Please repeat, from the entries that follow, the lines from the one containing "v 6.667 11.547 -11.833" through the one containing "v -2.436 6.206 -13.667" exactly, adding nothing.

*** DATA UNDER STUDY ***

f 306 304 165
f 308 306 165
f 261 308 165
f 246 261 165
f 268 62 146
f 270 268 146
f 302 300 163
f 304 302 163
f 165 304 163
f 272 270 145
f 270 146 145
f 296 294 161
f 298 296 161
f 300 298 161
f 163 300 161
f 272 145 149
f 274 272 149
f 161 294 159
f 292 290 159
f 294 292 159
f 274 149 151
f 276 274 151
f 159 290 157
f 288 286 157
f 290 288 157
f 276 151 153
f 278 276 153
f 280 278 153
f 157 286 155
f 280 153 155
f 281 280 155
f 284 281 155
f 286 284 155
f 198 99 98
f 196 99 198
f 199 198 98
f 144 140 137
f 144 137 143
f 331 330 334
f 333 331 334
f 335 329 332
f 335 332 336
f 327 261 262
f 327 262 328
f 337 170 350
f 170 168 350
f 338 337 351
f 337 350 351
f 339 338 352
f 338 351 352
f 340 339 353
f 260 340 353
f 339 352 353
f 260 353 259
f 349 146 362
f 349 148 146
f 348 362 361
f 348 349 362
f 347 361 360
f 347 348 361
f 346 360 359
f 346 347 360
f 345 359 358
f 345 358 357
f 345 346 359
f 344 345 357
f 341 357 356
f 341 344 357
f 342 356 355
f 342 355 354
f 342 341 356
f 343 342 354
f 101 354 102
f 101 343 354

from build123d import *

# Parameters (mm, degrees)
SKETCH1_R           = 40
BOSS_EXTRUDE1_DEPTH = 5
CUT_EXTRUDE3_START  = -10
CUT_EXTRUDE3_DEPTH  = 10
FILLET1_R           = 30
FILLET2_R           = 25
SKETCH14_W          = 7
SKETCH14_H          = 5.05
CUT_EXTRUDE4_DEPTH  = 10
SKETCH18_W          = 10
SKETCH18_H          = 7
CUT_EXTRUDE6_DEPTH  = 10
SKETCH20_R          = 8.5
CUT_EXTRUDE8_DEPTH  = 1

***
*** DATA UNDER STUDY ***

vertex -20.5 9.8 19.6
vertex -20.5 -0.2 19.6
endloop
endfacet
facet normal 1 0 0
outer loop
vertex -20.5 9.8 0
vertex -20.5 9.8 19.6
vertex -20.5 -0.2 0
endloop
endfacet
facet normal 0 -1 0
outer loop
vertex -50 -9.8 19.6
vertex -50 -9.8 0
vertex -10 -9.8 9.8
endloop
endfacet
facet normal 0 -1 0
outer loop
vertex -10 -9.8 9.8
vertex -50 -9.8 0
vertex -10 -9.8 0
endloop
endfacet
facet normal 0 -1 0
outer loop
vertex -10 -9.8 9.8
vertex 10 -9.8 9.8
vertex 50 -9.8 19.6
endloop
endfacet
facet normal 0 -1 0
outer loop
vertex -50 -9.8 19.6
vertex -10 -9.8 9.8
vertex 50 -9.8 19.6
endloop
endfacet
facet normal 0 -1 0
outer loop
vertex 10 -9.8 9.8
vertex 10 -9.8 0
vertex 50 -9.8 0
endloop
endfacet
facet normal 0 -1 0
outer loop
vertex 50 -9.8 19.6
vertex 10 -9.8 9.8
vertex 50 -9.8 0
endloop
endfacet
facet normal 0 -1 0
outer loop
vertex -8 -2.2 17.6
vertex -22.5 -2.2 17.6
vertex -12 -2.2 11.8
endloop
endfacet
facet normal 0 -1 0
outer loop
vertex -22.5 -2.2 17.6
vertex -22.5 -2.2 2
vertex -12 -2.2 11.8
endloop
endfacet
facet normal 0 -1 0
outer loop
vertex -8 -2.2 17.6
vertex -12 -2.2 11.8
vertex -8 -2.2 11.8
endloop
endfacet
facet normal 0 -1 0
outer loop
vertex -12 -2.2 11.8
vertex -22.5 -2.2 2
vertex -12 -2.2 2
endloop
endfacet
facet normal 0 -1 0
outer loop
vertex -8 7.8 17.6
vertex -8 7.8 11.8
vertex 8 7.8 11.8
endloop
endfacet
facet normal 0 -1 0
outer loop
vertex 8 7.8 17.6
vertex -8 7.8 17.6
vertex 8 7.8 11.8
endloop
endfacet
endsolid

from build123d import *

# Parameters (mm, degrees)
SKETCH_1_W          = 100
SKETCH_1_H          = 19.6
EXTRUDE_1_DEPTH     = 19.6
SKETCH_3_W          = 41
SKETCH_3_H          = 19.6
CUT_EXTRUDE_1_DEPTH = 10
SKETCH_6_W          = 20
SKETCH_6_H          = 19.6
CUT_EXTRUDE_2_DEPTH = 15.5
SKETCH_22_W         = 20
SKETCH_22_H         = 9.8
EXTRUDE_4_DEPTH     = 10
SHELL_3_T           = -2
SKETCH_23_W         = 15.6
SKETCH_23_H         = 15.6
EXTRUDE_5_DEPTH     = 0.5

***
*** DATA UNDER STUDY ***

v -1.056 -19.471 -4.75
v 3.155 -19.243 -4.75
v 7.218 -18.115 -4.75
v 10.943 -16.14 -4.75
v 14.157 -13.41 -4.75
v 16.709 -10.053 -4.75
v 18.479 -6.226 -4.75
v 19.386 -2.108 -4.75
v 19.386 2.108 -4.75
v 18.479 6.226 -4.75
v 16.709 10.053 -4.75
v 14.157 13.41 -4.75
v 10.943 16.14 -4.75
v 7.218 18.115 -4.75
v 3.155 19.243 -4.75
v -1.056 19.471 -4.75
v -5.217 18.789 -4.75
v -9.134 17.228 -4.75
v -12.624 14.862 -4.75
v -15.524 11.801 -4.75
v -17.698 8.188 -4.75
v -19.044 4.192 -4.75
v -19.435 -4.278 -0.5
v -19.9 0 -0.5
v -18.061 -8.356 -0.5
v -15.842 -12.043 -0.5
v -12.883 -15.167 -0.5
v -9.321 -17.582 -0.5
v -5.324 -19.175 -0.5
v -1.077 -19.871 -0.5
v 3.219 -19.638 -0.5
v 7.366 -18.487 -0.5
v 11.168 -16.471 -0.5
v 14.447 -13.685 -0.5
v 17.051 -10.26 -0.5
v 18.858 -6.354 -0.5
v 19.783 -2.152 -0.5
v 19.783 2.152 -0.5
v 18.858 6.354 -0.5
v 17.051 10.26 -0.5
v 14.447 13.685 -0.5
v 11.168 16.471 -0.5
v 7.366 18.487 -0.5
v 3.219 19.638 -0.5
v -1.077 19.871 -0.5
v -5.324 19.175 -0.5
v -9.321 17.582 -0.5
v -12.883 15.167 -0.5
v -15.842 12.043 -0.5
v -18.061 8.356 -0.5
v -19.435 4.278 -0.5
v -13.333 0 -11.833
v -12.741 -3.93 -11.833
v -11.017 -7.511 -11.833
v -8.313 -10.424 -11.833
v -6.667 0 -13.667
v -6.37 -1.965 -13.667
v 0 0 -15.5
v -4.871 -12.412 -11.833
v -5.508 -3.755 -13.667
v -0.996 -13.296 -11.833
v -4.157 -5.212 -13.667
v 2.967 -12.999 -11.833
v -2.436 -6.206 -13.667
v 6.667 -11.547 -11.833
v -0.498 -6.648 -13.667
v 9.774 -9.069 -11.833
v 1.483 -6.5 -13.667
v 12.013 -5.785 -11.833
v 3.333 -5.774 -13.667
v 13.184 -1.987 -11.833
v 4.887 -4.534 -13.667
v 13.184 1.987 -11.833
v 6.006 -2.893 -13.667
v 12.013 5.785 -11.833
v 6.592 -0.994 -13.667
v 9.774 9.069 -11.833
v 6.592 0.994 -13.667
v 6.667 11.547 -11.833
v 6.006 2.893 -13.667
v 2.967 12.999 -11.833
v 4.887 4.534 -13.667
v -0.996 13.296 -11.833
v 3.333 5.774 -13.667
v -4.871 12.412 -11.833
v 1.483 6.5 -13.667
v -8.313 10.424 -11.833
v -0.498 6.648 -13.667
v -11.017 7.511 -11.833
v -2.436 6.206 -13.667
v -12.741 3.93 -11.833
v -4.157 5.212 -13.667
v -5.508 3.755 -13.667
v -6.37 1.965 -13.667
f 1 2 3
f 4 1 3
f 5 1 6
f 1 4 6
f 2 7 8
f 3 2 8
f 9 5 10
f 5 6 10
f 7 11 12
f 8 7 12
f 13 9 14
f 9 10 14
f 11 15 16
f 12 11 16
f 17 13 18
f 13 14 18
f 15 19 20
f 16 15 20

***

SOLUTION TO THIS PROBLEM:
v 6.667 11.547 -11.833
v 6.006 2.893 -13.667
v 2.967 12.999 -11.833
v 4.887 4.534 -13.667
v -0.996 13.296 -11.833
v 3.333 5.774 -13.667
v -4.871 12.412 -11.833
v 1.483 6.5 -13.667
v -8.313 10.424 -11.833
v -0.498 6.648 -13.667
v -11.017 7.511 -11.833
v -2.436 6.206 -13.667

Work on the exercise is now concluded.